Exercise aim » For the entries below, print exactly the lines between the line holding "f 511 349 353" and the line holding "f 417 419 270", inclusive, and nothing else.

Extracted information »
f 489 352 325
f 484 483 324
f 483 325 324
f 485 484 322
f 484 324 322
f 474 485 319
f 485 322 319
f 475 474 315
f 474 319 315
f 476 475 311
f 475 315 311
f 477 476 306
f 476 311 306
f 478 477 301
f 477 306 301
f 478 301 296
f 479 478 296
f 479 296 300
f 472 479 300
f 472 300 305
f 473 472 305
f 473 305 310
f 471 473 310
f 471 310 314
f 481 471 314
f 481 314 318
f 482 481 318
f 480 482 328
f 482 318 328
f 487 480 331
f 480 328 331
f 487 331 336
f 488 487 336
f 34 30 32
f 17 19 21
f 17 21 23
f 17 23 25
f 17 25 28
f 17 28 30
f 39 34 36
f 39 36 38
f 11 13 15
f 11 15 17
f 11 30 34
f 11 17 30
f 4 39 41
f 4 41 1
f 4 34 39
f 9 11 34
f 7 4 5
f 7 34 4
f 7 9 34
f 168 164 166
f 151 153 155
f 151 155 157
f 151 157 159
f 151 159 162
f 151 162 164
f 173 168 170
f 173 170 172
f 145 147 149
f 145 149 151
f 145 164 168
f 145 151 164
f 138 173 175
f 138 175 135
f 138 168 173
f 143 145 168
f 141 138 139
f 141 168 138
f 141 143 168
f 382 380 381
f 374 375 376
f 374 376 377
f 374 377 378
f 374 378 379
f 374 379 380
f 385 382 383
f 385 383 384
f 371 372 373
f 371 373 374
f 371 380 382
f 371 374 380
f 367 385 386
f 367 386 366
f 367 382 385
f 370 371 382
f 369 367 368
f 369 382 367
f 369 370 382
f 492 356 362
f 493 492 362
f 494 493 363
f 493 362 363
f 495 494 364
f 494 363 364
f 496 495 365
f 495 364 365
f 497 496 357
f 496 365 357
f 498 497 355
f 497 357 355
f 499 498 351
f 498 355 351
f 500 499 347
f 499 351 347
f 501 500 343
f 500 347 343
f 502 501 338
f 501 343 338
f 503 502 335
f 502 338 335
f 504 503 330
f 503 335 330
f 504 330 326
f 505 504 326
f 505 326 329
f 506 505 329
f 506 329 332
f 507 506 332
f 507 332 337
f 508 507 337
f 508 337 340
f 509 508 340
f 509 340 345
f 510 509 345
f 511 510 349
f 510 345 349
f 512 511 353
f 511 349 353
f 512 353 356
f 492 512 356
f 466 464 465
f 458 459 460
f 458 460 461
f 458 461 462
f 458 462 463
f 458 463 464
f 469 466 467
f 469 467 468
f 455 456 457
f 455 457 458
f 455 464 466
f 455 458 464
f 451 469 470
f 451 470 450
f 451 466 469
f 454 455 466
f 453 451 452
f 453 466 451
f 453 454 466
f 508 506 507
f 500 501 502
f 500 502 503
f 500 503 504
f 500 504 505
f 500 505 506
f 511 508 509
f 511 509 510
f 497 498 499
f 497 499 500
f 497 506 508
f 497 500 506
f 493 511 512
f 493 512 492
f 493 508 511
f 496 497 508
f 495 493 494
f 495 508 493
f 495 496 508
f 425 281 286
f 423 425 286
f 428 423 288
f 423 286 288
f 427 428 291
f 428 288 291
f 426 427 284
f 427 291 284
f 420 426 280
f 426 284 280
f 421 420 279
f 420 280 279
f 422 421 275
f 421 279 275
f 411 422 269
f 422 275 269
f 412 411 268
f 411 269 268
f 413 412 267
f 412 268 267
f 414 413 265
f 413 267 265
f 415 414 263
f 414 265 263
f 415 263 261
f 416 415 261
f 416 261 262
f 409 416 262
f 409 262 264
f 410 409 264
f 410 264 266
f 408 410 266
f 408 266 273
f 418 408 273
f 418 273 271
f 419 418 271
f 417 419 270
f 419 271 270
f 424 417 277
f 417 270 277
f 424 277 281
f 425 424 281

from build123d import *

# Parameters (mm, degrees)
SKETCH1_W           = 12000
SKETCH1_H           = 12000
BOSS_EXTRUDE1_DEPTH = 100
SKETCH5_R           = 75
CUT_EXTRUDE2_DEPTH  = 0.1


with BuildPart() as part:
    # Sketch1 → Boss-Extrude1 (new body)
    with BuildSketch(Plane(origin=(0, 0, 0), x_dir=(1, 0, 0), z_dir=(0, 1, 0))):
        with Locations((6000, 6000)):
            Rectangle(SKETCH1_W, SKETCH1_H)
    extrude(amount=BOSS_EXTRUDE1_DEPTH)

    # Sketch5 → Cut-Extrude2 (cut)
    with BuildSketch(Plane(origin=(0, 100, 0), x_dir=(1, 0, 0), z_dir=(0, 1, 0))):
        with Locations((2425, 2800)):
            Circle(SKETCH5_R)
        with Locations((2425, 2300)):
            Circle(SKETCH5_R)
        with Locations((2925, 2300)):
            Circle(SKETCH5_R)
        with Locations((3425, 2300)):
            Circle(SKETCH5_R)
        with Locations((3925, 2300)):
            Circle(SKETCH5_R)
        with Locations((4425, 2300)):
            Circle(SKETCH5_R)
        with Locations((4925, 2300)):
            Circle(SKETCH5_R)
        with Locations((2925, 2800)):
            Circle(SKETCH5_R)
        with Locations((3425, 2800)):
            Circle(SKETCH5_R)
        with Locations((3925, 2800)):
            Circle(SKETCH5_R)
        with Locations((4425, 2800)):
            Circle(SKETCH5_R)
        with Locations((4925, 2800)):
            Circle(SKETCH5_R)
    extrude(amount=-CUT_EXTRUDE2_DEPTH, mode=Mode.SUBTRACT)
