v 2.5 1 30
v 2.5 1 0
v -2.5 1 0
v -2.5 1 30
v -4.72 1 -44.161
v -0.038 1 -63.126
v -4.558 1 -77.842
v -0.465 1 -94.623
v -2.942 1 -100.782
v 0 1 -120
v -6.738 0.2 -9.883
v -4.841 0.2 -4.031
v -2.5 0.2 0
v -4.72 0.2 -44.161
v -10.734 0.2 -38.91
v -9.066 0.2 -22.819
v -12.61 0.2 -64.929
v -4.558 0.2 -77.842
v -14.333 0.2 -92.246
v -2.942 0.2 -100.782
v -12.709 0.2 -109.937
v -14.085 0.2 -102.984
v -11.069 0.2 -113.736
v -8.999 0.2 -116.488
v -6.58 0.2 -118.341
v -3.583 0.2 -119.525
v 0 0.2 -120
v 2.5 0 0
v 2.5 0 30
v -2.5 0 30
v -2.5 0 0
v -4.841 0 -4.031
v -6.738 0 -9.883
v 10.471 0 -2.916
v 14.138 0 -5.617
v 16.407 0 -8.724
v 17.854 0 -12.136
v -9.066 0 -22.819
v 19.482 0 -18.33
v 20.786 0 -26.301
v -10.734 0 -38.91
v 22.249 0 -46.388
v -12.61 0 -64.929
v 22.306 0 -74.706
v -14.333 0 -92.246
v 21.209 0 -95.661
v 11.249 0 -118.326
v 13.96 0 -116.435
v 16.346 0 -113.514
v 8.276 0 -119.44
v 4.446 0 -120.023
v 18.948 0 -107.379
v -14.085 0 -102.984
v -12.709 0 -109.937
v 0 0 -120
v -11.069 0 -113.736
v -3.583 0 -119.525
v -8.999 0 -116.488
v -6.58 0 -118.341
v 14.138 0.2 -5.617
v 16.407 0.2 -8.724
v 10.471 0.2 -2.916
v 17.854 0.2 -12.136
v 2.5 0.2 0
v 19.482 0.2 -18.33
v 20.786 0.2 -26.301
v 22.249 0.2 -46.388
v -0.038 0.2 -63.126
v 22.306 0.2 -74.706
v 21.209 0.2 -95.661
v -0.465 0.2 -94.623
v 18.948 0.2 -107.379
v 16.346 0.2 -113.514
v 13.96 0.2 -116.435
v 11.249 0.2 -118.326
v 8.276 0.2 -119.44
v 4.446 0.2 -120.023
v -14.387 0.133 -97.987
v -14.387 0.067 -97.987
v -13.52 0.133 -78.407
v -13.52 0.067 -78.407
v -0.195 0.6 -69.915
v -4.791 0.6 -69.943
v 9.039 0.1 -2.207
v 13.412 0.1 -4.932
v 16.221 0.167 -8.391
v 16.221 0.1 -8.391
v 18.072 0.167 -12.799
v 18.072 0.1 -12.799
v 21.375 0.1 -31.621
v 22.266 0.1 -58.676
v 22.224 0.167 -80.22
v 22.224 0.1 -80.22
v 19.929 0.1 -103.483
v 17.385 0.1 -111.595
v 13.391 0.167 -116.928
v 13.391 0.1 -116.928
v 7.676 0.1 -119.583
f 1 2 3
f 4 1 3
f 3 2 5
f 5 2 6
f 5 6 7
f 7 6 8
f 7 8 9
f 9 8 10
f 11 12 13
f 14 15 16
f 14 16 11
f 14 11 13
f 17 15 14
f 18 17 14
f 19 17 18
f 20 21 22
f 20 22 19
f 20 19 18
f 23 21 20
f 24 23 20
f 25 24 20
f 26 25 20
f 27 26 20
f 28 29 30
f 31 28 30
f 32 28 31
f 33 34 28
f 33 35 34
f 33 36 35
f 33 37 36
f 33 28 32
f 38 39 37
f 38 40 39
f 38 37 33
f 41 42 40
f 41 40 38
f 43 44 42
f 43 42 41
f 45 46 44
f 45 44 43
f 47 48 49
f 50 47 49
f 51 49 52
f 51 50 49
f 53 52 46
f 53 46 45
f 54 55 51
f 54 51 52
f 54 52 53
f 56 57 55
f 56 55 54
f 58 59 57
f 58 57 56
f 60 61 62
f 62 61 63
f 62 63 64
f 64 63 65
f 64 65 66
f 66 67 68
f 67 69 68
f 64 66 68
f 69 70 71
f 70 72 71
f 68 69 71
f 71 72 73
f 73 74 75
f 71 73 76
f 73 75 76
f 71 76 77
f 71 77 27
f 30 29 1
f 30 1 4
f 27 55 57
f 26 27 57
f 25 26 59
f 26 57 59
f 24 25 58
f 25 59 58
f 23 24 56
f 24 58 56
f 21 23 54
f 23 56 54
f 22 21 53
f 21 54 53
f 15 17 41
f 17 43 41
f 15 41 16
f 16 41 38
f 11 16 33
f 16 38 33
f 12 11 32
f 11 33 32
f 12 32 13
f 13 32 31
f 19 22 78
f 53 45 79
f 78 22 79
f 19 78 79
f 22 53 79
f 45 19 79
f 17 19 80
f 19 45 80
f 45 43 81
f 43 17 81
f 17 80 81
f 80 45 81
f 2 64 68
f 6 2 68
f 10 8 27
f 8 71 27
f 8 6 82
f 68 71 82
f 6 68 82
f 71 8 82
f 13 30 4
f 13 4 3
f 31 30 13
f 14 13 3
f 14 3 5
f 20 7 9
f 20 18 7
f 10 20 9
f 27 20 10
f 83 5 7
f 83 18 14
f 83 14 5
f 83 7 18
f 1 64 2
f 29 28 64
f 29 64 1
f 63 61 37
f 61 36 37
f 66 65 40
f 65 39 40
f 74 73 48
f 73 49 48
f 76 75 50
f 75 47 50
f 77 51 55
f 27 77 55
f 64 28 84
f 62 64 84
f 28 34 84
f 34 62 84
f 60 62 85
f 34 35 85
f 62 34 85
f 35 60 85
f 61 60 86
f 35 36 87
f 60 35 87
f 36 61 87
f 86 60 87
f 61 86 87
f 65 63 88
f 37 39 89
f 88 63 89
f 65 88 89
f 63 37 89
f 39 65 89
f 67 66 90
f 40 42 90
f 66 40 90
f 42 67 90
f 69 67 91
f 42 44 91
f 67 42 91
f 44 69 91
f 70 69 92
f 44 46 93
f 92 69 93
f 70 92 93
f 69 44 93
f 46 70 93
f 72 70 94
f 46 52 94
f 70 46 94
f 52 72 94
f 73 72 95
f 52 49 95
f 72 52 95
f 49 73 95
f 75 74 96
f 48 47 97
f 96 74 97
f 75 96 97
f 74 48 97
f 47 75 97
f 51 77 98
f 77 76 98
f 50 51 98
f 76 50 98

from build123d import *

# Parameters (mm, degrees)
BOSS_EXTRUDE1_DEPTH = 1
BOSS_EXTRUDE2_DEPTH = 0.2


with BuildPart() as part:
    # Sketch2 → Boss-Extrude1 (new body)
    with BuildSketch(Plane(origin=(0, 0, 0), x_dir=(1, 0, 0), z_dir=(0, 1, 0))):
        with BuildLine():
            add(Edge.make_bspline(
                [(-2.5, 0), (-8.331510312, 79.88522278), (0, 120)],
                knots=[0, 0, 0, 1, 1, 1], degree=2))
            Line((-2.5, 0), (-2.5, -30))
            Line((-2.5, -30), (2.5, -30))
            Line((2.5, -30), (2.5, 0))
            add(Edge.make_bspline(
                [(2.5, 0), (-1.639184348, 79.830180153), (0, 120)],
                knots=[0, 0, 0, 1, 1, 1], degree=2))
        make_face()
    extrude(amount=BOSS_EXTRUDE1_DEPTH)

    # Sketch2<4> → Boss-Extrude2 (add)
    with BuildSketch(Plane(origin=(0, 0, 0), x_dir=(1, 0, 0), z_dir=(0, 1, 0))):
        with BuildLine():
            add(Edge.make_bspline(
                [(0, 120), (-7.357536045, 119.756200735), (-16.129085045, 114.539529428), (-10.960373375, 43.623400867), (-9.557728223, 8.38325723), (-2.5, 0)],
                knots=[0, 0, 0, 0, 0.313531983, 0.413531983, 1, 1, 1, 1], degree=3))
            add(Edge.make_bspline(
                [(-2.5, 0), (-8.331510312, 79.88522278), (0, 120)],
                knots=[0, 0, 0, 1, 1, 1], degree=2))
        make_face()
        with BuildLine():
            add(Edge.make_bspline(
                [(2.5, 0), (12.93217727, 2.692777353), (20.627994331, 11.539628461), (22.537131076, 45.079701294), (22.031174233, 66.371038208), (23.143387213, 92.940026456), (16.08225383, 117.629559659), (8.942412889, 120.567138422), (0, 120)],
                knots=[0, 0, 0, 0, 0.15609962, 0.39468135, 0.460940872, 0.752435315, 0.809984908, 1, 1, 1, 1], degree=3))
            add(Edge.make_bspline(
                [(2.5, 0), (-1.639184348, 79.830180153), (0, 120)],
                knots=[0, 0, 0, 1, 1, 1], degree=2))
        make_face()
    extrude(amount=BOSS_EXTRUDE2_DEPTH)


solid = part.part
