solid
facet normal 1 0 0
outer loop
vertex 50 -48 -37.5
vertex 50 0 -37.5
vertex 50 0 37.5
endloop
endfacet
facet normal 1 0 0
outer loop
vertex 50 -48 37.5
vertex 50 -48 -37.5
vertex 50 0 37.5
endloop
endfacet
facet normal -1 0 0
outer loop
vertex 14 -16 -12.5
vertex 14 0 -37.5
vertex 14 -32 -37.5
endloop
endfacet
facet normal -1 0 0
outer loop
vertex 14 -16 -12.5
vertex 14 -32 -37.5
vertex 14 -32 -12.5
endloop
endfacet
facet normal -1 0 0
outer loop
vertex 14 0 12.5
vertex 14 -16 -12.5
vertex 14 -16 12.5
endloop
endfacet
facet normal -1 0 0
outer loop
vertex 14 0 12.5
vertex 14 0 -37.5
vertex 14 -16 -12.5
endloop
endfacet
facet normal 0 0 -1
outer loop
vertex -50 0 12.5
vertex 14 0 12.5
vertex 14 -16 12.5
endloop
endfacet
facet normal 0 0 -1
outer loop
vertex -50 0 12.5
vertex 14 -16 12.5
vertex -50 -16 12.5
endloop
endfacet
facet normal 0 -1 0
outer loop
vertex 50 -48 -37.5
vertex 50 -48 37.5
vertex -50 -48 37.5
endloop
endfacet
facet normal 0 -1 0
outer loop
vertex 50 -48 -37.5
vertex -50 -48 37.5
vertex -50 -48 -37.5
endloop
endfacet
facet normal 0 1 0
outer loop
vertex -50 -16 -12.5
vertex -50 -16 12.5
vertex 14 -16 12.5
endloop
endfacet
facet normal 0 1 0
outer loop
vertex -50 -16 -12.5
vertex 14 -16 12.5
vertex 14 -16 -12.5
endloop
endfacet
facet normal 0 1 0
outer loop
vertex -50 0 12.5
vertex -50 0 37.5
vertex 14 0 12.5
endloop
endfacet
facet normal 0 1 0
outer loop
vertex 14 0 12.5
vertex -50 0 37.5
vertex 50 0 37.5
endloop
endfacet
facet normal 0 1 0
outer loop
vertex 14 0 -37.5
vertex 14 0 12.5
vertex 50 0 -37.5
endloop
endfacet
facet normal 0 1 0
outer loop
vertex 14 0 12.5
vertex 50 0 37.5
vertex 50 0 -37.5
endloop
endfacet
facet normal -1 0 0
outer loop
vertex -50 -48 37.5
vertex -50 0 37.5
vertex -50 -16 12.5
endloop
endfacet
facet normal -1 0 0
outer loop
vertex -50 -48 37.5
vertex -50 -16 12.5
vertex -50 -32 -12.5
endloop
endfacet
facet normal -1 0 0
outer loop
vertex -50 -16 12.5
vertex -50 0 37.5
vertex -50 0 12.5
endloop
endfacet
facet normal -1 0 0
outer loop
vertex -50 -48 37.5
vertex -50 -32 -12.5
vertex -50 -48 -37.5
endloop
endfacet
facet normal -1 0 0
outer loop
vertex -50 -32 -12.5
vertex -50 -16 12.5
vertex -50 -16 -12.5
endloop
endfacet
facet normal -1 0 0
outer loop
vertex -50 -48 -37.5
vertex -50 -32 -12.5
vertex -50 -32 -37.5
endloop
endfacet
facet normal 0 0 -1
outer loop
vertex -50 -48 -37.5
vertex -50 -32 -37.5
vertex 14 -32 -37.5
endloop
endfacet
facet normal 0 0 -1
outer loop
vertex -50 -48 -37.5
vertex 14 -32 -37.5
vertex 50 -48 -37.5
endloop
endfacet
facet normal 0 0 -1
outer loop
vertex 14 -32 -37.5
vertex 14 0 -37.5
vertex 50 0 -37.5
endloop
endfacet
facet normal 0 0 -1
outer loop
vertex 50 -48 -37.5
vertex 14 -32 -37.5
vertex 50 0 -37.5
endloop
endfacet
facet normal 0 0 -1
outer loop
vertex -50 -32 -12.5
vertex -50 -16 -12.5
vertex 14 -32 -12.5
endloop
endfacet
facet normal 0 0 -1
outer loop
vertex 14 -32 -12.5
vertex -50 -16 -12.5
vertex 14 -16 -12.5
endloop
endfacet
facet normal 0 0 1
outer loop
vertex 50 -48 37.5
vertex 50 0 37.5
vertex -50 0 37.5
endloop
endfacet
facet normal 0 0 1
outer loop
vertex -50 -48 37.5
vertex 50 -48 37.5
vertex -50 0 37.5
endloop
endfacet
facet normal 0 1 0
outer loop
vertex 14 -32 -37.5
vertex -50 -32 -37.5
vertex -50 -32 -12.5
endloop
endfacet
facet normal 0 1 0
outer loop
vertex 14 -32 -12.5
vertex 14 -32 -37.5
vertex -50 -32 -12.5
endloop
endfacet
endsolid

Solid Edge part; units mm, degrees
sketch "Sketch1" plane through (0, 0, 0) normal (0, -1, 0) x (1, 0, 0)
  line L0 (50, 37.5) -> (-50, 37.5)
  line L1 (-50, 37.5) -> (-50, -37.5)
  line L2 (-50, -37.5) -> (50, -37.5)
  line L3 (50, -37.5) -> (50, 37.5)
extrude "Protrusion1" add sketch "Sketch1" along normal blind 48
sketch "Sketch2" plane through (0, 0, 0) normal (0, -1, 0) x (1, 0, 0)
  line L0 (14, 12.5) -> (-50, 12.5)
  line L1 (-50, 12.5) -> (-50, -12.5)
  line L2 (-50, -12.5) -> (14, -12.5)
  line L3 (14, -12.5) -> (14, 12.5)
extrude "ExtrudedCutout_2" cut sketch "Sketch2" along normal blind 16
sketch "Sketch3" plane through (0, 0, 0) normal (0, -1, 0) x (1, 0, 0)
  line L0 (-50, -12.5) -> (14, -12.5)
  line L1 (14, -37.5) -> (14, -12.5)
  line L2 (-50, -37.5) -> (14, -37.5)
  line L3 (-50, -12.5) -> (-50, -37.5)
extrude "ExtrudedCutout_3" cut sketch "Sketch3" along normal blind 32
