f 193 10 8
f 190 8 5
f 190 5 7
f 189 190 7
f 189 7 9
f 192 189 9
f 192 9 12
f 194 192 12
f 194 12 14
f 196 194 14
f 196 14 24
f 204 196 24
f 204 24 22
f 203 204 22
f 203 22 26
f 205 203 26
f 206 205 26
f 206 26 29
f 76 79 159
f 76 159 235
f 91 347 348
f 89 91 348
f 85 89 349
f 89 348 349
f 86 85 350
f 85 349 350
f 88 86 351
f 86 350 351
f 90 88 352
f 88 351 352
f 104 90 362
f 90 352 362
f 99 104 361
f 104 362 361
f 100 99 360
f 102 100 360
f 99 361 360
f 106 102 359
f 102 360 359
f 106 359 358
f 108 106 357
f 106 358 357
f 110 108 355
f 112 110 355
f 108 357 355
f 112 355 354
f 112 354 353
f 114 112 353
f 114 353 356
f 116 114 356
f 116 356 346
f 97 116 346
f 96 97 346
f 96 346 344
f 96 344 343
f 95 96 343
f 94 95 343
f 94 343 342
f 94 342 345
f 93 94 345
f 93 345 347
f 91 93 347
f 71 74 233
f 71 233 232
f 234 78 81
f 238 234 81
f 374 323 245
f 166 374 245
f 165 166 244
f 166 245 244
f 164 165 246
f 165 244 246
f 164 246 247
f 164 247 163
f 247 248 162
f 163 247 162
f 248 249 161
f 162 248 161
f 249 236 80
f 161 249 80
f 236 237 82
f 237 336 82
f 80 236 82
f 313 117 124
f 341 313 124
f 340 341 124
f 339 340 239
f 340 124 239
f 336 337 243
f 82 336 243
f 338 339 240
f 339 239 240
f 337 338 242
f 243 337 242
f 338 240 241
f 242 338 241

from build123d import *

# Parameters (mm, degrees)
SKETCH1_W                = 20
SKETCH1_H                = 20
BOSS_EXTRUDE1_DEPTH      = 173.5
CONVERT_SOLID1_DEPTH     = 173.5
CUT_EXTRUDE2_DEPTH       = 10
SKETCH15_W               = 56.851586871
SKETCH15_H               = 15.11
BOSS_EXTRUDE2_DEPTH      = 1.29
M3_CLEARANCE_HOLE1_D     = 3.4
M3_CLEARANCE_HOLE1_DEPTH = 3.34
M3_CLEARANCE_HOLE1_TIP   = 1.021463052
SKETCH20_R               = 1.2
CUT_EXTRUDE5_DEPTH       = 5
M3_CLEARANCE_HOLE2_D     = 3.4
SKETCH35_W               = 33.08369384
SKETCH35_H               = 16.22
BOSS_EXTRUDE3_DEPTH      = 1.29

Result of this task »
f 511 349 353
f 512 353 356
f 492 512 356
f 466 464 465
f 458 459 460
f 458 460 461
f 458 461 462
f 458 462 463
f 458 463 464
f 469 466 467
f 469 467 468
f 455 456 457
f 455 457 458
f 455 464 466
f 455 458 464
f 451 469 470
f 451 470 450
f 451 466 469
f 454 455 466
f 453 451 452
f 453 466 451
f 453 454 466
f 508 506 507
f 500 501 502
f 500 502 503
f 500 503 504
f 500 504 505
f 500 505 506
f 511 508 509
f 511 509 510
f 497 498 499
f 497 499 500
f 497 506 508
f 497 500 506
f 493 511 512
f 493 512 492
f 493 508 511
f 496 497 508
f 495 493 494
f 495 508 493
f 495 496 508
f 425 281 286
f 423 425 286
f 428 423 288
f 423 286 288
f 427 428 291
f 428 288 291
f 426 427 284
f 427 291 284
f 420 426 280
f 426 284 280
f 421 420 279
f 420 280 279
f 422 421 275
f 421 279 275
f 411 422 269
f 422 275 269
f 412 411 268
f 411 269 268
f 413 412 267
f 412 268 267
f 414 413 265
f 413 267 265
f 415 414 263
f 414 265 263
f 415 263 261
f 416 415 261
f 416 261 262
f 409 416 262
f 409 262 264
f 410 409 264
f 410 264 266
f 408 410 266
f 408 266 273
f 418 408 273
f 418 273 271
f 419 418 271
f 417 419 270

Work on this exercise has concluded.